Bye-bye, Miss Statistical Pi
Drove my Chevy to the levee
But the levee was dry
And them good old boys were on a data-rich high
Singin’ this’ll be the day that I die
This’ll be the day that I die
Why, do you realize? This would deal a devastating blow to the publishing industry. A whole generation of goodie-two-shoe charlatans could be wiped out.
I feel especially sorry for those real estate millionaires who became authors in order to teach people how to scientifically replicate their success in blockbuster books like:
“Rich Dad, Poor Dad for Teens: The Secrets about Money – that You Don’t Learn in School!”
And what’s to become of all those black holes in the galaxies around us. Astronomers have earned a nice living Hawking books on black holes.
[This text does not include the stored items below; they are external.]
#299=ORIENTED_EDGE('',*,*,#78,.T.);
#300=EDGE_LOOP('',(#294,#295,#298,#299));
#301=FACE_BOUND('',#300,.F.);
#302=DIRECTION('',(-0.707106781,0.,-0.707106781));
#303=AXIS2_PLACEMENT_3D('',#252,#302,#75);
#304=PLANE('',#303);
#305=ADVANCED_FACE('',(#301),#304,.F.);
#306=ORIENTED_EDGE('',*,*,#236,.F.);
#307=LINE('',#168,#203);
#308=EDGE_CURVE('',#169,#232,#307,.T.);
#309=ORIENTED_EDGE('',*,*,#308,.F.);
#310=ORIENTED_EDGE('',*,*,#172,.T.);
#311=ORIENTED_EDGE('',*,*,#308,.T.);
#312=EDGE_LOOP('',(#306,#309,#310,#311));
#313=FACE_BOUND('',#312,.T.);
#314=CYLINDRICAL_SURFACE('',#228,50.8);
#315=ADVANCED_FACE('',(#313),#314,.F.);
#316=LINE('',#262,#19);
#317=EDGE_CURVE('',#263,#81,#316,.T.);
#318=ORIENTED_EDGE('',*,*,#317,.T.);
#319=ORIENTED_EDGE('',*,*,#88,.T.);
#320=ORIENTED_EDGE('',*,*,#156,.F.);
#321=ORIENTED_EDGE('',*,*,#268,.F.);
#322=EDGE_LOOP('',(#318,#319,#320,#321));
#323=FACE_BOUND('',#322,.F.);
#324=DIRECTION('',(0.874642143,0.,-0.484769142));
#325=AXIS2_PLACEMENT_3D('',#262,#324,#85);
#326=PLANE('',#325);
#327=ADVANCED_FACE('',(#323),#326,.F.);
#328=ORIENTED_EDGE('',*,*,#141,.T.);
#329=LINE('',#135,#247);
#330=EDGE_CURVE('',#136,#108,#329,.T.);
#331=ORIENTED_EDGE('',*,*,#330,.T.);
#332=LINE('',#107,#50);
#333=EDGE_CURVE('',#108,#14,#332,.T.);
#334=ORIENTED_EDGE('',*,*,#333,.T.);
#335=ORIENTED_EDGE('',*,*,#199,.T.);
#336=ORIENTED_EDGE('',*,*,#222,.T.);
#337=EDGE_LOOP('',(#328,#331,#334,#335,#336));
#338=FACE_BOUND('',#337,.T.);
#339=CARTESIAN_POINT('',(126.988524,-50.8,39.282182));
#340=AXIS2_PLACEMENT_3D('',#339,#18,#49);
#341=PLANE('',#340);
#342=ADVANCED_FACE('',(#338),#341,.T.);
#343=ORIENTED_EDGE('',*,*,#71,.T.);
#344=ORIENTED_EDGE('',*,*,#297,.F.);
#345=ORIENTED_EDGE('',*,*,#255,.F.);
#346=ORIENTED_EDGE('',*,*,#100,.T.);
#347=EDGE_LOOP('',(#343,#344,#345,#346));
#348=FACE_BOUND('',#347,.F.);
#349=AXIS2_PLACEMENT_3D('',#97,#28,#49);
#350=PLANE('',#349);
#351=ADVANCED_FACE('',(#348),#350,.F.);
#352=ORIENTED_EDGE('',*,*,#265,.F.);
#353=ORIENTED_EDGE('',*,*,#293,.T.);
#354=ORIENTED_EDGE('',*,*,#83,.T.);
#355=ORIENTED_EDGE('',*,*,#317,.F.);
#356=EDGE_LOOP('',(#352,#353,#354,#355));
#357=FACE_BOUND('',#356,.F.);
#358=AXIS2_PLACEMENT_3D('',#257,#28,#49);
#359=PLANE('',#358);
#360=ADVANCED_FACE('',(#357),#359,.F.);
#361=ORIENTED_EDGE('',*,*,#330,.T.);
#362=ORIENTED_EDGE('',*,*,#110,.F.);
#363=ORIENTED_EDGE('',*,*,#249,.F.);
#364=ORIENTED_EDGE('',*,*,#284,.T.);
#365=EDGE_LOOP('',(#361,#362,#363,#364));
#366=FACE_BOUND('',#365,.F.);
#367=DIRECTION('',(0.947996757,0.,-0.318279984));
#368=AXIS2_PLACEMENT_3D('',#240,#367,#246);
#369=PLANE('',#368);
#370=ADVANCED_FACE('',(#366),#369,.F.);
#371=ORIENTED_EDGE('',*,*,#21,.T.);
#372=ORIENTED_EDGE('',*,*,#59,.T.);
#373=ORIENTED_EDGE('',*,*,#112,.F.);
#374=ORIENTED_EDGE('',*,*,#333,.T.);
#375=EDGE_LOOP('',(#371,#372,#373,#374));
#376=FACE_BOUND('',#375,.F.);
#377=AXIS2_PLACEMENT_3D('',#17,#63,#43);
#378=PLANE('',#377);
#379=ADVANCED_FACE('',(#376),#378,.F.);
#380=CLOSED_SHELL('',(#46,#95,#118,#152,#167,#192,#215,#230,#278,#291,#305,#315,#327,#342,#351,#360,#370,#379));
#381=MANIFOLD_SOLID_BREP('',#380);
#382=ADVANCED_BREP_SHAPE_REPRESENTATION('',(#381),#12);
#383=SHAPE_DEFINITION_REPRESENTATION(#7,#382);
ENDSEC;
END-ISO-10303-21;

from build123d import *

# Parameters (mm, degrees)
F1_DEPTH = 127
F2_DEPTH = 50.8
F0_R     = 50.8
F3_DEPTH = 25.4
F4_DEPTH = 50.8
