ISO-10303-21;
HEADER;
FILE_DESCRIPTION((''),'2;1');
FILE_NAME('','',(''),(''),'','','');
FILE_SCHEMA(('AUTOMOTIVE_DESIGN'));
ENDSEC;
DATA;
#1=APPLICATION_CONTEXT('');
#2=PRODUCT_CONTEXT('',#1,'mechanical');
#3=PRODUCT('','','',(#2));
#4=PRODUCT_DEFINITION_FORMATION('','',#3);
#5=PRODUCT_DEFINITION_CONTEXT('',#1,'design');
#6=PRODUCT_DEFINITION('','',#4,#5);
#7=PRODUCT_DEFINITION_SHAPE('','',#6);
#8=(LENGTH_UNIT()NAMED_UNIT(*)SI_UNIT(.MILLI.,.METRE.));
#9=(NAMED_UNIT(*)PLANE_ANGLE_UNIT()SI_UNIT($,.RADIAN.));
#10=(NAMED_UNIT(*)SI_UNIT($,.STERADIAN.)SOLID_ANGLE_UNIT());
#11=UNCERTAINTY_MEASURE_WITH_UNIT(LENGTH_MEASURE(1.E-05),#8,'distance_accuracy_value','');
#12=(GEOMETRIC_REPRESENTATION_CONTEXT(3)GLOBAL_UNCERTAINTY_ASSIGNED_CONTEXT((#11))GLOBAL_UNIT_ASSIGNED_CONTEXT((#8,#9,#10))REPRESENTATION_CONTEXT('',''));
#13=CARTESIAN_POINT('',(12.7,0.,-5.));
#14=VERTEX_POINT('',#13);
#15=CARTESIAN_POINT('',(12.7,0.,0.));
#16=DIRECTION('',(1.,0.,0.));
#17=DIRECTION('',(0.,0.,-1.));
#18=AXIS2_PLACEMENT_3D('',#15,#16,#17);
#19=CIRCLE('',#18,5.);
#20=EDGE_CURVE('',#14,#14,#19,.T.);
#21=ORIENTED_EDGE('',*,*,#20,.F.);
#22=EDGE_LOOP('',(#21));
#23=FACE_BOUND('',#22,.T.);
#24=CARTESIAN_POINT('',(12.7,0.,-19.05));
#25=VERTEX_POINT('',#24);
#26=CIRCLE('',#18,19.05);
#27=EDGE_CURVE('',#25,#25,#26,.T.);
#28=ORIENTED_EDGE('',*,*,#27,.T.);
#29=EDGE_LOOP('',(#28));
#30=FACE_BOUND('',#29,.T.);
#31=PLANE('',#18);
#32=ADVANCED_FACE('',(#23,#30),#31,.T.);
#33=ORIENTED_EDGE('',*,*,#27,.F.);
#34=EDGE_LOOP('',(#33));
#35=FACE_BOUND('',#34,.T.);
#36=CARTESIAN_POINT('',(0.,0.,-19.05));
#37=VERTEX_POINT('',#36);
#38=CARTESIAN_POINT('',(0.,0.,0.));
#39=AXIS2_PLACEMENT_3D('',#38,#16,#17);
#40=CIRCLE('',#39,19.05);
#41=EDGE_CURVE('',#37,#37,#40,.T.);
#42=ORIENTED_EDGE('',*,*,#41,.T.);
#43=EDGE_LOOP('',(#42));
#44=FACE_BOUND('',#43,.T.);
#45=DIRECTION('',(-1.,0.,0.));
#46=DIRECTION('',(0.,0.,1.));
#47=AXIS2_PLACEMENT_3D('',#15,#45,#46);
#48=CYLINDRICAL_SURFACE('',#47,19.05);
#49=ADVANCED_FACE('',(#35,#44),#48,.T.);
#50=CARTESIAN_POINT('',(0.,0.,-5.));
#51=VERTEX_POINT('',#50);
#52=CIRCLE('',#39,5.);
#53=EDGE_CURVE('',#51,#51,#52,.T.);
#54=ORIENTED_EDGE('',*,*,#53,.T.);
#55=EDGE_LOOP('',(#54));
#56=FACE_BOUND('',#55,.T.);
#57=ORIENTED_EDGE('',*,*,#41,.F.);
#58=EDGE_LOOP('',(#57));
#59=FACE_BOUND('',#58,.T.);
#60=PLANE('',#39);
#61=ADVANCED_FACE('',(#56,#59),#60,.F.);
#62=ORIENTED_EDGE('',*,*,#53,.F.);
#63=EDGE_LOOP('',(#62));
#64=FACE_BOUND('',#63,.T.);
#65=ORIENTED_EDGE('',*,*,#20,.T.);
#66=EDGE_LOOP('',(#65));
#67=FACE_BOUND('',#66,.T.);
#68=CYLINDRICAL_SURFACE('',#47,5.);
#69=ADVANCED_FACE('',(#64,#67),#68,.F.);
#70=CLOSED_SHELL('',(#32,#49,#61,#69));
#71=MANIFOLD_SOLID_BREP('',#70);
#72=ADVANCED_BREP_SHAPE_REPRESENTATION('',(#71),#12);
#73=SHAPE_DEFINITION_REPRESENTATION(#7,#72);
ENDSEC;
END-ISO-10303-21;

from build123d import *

# Parameters (mm, degrees)
SKETCH1_R           = 19.05
SKETCH1_R_2         = 5
BOSS_EXTRUDE1_DEPTH = 12.7


with BuildPart() as part:
    # Sketch1 → Boss-Extrude1 (new body)
    with BuildSketch(Plane(origin=(0, 0, 0), x_dir=(0, 0, -1), z_dir=(1, 0, 0))):
        Circle(SKETCH1_R)
        Circle(SKETCH1_R_2, mode=Mode.SUBTRACT)
    extrude(amount=BOSS_EXTRUDE1_DEPTH)


solid = part.part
But if people start to question the statistical accuracy of instruments that precisely measure gravitational forces a mere 100,000 light years away, what’s to become of those erudite scholars? Who is the BBC going to interview for its next NOVA science show? It’s dreadfully sad.
* * *
Seriously now. Eric, you’ve tapped into a wonderful topic here. Can’t wait to hear what others in the RA community think of your column. . . Go to go now. An alert on my dashboard is beckoning :- )
P.S. Thanks for turning me on to Nassim Teleb. I was looking for a book that would occupy my time on the long flight to TMF Dublin this weekend. The “Black Swan” book sounds like the perfect flight for the mind.